* [TASK REQUIREMENTS]
From the entries below, transcribe exactly the lines between the line holding "FILE_NAME('','',(''),(''),'','','');" and the line holding "#4=PRODUCT_DEFINITION_FORMATION('','',#3);", inclusive; skip all other lines.

* [MATERIAL TO PROCESS]
☆ ☆ ☆
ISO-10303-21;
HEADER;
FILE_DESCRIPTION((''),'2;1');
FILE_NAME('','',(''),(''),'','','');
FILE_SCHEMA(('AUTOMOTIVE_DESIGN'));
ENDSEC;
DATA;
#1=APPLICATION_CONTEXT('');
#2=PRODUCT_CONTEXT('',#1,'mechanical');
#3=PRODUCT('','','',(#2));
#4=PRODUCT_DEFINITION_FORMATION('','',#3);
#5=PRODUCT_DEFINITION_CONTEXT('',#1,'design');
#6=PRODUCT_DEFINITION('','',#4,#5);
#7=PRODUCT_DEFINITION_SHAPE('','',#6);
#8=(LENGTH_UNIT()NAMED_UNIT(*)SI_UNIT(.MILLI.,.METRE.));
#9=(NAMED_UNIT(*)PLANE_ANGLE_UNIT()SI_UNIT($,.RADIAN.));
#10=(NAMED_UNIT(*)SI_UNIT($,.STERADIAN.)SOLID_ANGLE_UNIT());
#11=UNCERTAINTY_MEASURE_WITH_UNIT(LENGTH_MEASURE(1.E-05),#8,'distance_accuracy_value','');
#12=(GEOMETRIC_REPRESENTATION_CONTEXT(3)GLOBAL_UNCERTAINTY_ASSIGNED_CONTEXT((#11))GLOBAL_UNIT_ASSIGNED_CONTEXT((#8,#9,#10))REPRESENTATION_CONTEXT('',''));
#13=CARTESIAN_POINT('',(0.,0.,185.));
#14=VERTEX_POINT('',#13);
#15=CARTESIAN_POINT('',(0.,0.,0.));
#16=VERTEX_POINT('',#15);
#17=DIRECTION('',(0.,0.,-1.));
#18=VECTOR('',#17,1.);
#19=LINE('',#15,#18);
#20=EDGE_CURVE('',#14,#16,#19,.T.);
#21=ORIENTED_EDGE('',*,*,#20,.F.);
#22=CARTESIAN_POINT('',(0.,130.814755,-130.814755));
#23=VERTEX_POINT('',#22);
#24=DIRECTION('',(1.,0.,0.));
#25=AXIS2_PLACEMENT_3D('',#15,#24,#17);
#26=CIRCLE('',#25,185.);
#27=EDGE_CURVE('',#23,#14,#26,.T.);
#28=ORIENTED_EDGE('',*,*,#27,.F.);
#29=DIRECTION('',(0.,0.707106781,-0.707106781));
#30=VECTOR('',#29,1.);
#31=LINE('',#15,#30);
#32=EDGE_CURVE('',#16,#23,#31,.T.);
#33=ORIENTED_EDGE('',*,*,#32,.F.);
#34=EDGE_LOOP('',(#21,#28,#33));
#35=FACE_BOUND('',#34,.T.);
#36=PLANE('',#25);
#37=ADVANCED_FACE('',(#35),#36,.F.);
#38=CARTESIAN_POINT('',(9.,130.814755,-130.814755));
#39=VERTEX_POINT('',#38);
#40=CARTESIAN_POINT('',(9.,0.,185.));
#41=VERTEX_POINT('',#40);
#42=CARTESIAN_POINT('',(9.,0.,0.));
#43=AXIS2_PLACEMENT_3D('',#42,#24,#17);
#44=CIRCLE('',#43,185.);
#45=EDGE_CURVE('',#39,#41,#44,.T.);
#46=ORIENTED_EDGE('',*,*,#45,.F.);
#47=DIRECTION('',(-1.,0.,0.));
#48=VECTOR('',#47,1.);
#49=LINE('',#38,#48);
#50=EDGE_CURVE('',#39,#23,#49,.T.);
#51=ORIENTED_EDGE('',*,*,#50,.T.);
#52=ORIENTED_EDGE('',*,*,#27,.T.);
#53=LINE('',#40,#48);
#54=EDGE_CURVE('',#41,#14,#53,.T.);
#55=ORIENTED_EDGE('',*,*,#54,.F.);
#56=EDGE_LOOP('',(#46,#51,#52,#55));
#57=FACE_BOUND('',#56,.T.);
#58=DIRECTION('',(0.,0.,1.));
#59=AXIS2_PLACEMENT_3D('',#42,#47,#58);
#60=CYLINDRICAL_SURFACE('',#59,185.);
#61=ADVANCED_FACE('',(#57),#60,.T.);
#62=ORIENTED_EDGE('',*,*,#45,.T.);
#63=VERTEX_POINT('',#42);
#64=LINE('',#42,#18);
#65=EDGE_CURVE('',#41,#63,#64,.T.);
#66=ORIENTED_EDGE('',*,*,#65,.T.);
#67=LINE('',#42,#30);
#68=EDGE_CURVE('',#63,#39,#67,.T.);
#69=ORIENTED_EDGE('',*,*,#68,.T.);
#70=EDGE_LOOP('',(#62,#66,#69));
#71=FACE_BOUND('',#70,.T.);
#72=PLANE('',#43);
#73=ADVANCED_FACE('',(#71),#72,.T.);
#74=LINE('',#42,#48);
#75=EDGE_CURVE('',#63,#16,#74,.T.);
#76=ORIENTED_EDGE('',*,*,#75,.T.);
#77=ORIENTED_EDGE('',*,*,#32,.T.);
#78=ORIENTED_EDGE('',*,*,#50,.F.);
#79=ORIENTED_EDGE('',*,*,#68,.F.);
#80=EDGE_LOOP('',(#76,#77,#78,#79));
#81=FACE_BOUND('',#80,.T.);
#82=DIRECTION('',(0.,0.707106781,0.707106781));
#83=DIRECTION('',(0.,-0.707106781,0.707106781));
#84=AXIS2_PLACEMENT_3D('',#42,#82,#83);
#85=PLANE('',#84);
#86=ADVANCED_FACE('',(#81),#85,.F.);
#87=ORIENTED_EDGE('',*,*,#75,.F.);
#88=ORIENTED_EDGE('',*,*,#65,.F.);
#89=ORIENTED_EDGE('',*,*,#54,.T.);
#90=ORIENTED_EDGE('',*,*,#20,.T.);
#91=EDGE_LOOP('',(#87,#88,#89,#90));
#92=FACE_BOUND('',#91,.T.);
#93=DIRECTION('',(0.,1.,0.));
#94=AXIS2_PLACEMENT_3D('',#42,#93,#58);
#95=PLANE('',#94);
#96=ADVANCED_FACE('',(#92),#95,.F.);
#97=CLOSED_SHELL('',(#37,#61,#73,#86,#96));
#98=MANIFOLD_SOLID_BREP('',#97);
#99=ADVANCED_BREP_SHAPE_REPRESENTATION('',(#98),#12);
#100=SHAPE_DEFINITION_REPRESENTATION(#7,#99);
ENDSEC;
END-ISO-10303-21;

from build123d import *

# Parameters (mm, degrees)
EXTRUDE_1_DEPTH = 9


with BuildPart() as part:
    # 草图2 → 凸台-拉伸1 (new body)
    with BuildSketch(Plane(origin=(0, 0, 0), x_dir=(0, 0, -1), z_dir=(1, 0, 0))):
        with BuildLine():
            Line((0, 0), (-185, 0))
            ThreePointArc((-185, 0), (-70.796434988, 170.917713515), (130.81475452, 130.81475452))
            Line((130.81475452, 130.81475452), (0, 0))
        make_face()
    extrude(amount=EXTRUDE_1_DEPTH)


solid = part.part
☆ ☆ ☆
* [RESULT FOR THIS EXERCISE]
FILE_NAME('','',(''),(''),'','','');
FILE_SCHEMA(('AUTOMOTIVE_DESIGN'));
ENDSEC;
DATA;
#1=APPLICATION_CONTEXT('');
#2=PRODUCT_CONTEXT('',#1,'mechanical');
#3=PRODUCT('','','',(#2));
#4=PRODUCT_DEFINITION_FORMATION('','',#3);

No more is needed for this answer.